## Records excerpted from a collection
====

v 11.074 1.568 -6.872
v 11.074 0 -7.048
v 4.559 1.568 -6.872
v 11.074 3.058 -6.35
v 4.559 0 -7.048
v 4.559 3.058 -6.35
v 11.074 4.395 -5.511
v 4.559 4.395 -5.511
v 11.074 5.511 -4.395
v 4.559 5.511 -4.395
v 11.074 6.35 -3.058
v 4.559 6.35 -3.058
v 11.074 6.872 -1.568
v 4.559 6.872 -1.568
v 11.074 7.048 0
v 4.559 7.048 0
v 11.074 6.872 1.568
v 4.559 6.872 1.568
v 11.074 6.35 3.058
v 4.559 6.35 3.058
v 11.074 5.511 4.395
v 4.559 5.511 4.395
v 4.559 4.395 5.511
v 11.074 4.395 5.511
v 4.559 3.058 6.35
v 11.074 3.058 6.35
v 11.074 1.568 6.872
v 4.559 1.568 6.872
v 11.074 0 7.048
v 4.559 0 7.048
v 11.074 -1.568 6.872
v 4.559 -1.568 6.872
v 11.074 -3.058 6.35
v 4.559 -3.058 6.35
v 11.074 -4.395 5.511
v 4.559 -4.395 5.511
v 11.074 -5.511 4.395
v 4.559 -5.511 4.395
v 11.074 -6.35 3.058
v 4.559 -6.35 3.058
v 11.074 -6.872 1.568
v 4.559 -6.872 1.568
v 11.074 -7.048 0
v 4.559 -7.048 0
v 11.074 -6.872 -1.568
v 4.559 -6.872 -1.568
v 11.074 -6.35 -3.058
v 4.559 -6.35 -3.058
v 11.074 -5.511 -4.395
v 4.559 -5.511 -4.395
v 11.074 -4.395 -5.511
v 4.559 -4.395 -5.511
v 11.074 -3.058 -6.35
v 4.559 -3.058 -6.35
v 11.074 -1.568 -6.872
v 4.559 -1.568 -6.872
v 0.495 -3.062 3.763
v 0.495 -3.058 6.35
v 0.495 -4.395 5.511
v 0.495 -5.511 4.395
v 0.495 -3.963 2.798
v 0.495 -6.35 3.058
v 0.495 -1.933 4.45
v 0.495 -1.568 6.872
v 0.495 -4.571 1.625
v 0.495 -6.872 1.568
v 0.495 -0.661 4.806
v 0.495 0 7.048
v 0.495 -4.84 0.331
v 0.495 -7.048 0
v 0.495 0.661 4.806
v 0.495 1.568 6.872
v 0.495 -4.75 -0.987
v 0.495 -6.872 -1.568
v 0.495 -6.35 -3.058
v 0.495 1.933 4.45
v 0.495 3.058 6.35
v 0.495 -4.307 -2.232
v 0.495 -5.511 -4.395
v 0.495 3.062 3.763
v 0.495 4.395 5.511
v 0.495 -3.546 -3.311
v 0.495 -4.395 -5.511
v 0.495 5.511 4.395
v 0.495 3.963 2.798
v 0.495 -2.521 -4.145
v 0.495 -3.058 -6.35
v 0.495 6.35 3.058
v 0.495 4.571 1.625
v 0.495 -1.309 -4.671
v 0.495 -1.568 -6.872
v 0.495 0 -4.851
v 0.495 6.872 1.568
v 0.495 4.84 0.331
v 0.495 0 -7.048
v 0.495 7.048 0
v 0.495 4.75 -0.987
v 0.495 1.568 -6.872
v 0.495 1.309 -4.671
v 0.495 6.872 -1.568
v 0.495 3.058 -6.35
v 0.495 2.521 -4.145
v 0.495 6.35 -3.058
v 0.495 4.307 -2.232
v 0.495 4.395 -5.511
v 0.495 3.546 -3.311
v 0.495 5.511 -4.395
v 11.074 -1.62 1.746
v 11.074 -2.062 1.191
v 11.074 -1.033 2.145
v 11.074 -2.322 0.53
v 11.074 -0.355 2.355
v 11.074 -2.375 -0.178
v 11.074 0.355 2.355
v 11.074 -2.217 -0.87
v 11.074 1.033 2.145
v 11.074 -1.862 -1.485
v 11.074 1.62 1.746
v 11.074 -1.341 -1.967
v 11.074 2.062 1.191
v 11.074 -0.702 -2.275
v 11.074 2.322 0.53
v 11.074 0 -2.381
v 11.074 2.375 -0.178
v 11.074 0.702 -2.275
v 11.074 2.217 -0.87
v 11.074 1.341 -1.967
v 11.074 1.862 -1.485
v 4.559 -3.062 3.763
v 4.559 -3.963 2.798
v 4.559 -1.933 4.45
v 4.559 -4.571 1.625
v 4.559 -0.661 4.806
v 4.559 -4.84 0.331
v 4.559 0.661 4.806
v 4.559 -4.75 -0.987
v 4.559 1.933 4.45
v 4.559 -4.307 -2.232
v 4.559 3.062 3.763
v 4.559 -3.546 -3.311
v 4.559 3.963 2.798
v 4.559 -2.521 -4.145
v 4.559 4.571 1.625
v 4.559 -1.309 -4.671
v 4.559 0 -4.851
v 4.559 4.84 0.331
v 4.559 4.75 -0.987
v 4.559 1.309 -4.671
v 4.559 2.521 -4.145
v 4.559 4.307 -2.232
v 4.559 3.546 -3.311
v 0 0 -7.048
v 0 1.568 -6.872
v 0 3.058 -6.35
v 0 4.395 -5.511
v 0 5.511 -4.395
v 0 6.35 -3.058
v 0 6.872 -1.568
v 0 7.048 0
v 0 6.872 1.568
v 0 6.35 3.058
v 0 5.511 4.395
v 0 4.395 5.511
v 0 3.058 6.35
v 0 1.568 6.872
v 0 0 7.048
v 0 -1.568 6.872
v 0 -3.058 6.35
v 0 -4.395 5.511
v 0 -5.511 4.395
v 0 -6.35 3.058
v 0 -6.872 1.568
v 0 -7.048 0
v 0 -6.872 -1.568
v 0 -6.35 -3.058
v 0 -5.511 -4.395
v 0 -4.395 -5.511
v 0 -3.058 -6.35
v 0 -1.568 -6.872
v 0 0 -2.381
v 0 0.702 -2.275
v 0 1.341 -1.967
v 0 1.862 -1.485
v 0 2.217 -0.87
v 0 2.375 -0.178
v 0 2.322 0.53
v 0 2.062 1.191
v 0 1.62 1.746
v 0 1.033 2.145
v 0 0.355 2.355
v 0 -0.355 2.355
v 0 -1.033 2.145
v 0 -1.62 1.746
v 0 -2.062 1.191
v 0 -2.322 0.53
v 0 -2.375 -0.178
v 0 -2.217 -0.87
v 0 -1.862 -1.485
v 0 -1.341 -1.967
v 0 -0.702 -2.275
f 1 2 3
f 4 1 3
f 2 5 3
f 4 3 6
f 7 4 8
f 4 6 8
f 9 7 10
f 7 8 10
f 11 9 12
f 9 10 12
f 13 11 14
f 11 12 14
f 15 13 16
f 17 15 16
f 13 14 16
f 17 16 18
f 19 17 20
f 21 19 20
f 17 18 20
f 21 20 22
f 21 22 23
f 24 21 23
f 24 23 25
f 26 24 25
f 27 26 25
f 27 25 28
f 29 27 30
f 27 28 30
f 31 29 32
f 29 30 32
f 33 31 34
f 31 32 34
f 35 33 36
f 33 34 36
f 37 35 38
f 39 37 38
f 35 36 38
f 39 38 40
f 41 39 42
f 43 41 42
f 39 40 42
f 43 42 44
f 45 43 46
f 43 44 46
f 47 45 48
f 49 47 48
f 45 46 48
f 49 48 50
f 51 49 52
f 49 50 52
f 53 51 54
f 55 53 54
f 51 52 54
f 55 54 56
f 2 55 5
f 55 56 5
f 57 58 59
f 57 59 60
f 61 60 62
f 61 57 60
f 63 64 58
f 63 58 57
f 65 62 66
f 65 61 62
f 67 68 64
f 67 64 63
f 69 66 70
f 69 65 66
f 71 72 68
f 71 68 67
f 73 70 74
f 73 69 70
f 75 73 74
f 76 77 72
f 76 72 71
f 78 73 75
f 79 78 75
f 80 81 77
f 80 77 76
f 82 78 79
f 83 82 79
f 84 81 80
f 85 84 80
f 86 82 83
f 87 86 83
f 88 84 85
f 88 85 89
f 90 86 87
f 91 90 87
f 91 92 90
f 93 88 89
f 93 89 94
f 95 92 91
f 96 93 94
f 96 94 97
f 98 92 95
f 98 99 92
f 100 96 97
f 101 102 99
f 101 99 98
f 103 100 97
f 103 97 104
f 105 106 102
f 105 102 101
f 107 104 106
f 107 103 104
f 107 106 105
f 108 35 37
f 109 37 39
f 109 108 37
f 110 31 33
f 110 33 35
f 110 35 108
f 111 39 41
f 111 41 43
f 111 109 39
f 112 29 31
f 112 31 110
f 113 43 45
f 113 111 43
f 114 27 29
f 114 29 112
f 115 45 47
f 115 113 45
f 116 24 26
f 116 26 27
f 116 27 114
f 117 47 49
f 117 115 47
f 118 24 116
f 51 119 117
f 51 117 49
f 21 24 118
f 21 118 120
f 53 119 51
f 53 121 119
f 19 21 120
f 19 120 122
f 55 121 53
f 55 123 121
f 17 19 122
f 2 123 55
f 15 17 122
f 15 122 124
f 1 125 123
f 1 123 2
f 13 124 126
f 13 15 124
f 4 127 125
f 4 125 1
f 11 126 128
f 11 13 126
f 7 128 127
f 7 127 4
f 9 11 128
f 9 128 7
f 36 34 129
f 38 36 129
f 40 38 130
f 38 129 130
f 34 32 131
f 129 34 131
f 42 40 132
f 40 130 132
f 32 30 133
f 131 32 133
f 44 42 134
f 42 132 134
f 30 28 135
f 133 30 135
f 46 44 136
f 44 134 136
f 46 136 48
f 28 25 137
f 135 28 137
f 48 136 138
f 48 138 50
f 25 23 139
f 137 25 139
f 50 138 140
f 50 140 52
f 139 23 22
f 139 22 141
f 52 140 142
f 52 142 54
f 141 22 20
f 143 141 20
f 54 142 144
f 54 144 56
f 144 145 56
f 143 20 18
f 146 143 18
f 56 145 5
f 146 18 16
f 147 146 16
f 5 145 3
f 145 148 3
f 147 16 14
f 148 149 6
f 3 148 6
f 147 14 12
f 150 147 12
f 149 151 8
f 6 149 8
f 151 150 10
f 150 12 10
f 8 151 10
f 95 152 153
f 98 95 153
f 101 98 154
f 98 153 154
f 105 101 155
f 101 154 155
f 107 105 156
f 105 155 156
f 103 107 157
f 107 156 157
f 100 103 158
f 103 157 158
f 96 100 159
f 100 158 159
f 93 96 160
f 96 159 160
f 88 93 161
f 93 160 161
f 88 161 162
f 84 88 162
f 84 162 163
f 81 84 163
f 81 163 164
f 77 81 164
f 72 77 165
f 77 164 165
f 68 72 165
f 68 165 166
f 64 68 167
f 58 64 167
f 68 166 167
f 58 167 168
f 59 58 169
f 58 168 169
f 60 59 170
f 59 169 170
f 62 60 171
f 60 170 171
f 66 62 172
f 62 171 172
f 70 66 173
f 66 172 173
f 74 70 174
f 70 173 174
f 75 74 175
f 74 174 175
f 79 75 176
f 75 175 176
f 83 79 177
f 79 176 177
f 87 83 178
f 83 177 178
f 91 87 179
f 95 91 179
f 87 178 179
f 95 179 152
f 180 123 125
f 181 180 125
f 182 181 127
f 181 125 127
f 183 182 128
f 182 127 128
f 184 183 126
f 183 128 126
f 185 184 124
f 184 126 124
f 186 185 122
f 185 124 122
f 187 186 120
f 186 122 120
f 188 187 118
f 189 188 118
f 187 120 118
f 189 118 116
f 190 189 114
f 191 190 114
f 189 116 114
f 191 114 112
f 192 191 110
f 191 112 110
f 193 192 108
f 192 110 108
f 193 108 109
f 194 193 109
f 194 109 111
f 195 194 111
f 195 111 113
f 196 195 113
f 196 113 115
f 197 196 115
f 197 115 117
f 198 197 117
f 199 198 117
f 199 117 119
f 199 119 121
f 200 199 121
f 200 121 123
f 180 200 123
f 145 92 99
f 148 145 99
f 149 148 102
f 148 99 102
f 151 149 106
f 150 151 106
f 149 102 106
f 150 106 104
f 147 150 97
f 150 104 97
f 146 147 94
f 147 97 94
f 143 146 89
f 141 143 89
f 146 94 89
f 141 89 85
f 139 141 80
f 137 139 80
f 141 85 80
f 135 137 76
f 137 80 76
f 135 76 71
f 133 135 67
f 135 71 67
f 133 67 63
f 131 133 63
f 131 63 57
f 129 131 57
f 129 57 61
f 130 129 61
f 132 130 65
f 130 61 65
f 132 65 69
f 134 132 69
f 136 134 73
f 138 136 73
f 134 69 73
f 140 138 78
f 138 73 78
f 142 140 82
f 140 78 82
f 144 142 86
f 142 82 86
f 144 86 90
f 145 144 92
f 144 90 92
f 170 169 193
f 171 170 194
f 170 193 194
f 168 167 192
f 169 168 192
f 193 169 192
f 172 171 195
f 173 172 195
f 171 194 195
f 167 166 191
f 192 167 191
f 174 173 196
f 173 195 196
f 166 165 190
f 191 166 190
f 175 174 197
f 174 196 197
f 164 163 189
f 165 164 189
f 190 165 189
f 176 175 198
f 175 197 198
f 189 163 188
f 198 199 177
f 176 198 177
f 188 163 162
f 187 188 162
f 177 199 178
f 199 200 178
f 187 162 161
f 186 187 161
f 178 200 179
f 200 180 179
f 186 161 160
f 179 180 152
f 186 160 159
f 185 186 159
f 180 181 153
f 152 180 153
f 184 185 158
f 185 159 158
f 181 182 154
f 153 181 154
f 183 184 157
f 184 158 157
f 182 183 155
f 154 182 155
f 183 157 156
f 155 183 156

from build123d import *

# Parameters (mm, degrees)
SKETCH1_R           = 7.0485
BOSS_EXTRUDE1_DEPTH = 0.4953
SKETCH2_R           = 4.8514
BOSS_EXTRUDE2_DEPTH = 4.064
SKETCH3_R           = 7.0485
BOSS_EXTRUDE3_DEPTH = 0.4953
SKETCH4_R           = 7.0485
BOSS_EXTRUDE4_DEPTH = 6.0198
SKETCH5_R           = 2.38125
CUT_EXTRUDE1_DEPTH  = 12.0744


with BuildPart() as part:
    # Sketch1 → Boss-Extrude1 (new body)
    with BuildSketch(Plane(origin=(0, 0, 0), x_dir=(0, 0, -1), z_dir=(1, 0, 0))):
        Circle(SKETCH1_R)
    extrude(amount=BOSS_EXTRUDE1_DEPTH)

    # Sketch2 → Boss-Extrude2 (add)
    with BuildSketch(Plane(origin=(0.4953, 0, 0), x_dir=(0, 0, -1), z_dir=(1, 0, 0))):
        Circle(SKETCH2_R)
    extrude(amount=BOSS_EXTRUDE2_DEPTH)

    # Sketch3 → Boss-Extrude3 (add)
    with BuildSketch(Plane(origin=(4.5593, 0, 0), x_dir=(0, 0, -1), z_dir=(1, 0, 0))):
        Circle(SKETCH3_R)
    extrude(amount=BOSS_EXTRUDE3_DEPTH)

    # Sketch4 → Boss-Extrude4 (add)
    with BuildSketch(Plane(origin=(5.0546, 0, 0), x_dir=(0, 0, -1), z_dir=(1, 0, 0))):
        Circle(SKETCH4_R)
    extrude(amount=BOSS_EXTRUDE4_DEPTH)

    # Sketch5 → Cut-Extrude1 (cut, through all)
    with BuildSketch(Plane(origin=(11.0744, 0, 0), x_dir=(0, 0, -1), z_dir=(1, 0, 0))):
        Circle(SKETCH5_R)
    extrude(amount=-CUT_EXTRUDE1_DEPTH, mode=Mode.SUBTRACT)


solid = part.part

====

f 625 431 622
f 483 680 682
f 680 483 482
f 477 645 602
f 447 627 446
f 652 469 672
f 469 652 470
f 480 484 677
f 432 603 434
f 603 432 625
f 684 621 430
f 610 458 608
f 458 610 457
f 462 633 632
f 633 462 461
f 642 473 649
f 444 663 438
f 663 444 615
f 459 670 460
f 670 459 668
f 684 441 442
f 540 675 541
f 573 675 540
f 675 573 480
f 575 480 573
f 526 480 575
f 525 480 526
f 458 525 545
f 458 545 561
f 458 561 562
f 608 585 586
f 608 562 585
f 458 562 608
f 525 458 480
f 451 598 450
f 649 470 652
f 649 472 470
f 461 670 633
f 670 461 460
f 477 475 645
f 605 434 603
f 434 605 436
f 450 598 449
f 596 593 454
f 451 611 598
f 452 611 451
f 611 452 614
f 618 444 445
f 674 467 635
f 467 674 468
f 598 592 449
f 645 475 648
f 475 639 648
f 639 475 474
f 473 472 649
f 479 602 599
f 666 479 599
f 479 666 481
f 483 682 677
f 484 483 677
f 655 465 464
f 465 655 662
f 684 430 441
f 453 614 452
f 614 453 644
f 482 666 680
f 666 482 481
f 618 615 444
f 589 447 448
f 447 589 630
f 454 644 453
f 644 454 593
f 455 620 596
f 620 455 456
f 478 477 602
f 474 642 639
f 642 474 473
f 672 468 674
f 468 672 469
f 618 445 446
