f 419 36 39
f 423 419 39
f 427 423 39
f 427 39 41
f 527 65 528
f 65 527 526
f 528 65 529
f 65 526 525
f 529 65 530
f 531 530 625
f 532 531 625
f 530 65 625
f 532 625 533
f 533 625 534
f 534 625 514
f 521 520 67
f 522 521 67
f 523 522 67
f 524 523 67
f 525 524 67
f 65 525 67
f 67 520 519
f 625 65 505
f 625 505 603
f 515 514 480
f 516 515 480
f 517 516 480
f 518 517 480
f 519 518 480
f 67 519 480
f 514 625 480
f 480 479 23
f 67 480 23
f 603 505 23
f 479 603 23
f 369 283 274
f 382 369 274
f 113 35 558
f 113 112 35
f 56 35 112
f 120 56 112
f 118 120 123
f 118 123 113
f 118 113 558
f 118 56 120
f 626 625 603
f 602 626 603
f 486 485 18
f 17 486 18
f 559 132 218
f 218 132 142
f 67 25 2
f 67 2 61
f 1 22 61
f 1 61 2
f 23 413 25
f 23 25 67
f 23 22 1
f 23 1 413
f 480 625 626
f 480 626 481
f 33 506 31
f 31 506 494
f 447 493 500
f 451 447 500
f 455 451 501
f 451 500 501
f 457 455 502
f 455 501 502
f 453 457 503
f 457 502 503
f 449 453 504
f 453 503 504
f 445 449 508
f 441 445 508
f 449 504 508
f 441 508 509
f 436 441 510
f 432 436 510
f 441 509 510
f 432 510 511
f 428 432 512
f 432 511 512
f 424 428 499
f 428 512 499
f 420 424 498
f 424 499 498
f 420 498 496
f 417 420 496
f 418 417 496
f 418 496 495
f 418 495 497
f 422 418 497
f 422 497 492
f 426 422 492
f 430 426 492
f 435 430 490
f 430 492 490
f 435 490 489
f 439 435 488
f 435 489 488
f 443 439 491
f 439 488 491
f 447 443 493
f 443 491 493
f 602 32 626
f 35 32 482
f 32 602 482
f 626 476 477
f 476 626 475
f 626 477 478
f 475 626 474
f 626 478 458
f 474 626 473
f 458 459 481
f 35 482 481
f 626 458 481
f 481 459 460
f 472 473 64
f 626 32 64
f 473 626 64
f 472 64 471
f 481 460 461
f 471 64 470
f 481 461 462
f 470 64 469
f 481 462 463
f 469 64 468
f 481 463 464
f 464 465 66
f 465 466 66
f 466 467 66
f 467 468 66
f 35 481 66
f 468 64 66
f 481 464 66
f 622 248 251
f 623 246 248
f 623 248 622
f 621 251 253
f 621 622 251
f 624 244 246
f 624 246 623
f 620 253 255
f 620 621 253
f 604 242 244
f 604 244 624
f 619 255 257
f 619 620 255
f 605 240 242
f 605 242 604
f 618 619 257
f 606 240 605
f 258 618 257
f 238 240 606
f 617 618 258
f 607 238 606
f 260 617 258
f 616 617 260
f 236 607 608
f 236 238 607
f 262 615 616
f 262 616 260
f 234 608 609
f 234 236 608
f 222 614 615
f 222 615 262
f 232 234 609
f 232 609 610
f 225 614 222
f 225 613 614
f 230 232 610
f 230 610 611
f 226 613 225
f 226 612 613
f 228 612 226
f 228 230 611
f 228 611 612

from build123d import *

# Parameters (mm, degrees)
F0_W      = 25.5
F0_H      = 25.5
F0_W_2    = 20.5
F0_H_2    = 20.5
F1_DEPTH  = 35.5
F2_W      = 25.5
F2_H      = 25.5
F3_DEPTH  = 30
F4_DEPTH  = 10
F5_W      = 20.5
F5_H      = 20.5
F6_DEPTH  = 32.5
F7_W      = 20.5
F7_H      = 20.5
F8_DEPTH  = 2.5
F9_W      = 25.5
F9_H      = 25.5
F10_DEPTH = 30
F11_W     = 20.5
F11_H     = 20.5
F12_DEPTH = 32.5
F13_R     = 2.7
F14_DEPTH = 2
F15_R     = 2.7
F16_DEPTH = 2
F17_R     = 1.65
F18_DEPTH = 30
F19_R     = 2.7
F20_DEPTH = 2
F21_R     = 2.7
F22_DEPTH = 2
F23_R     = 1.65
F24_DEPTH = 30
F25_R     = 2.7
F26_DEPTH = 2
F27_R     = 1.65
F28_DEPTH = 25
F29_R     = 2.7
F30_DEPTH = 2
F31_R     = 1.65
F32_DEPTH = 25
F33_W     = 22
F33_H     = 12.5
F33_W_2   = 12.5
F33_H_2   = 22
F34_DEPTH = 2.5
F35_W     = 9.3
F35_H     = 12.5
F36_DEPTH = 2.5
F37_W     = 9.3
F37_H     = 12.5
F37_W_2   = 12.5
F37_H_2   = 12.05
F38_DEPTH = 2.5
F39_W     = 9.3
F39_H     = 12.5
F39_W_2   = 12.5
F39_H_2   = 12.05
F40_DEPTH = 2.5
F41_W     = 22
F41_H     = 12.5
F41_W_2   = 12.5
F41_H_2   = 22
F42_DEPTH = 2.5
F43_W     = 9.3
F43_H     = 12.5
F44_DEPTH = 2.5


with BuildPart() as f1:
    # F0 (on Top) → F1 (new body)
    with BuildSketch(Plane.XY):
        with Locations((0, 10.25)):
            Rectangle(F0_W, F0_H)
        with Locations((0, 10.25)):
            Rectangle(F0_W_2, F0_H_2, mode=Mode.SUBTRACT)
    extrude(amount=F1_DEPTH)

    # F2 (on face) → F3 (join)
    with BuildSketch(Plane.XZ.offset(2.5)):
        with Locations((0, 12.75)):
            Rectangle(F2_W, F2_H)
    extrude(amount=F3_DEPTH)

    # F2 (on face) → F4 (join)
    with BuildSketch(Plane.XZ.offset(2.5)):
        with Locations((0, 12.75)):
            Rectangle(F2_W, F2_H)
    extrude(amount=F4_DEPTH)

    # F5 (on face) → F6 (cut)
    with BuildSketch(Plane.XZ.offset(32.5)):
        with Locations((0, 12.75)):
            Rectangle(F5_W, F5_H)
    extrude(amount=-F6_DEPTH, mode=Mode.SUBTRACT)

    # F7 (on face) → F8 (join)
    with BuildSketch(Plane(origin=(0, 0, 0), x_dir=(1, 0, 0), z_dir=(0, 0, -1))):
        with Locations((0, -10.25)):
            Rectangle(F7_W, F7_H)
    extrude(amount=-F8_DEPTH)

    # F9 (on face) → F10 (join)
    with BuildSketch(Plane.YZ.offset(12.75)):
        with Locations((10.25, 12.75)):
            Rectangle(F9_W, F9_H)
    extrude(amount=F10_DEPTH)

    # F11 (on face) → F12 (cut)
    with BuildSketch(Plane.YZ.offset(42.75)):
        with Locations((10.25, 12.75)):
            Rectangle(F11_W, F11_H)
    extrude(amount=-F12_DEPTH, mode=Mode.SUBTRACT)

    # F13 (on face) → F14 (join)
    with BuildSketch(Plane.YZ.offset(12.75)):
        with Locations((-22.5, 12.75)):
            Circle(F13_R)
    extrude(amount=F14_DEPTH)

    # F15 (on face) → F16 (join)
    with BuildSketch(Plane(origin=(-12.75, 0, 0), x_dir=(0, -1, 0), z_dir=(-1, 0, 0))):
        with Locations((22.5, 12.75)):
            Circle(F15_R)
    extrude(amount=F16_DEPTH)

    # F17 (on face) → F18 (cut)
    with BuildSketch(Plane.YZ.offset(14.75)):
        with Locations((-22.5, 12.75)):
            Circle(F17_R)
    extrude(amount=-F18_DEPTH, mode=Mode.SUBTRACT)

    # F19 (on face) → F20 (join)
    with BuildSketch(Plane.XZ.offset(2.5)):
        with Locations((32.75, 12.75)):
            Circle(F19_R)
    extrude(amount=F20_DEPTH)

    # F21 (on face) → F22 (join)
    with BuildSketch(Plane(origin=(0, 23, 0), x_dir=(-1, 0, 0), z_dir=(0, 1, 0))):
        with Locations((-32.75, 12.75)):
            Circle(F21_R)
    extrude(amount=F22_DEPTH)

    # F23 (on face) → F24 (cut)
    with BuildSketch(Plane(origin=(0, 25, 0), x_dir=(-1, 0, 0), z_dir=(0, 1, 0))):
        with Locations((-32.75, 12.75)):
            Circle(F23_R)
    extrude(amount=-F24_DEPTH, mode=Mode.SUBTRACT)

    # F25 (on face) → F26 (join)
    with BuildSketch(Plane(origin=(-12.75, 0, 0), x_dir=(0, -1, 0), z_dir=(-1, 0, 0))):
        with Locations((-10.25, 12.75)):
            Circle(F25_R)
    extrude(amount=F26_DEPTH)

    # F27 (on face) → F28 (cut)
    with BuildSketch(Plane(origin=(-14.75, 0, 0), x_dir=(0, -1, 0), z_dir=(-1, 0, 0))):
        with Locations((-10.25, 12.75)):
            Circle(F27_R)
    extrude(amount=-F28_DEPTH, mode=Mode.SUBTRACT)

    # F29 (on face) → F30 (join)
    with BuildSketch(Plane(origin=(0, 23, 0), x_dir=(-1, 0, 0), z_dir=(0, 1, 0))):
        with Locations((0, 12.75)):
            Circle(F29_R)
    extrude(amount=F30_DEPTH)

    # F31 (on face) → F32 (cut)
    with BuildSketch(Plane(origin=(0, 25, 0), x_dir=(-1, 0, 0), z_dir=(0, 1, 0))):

====

## ACTIVITY
Your answer must be the lines above from the one containing "f 62 171 172" to the one containing "f 141 89 85", both included, restated word for word.

## RESPONSE FOR THIS EXERCISE
f 62 171 172
f 70 66 173
f 66 172 173
f 74 70 174
f 70 173 174
f 75 74 175
f 74 174 175
f 79 75 176
f 75 175 176
f 83 79 177
f 79 176 177
f 87 83 178
f 83 177 178
f 91 87 179
f 95 91 179
f 87 178 179
f 95 179 152
f 180 123 125
f 181 180 125
f 182 181 127
f 181 125 127
f 183 182 128
f 182 127 128
f 184 183 126
f 183 128 126
f 185 184 124
f 184 126 124
f 186 185 122
f 185 124 122
f 187 186 120
f 186 122 120
f 188 187 118
f 189 188 118
f 187 120 118
f 189 118 116
f 190 189 114
f 191 190 114
f 189 116 114
f 191 114 112
f 192 191 110
f 191 112 110
f 193 192 108
f 192 110 108
f 193 108 109
f 194 193 109
f 194 109 111
f 195 194 111
f 195 111 113
f 196 195 113
f 196 113 115
f 197 196 115
f 197 115 117
f 198 197 117
f 199 198 117
f 199 117 119
f 199 119 121
f 200 199 121
f 200 121 123
f 180 200 123
f 145 92 99
f 148 145 99
f 149 148 102
f 148 99 102
f 151 149 106
f 150 151 106
f 149 102 106
f 150 106 104
f 147 150 97
f 150 104 97
f 146 147 94
f 147 97 94
f 143 146 89
f 141 143 89
f 146 94 89
f 141 89 85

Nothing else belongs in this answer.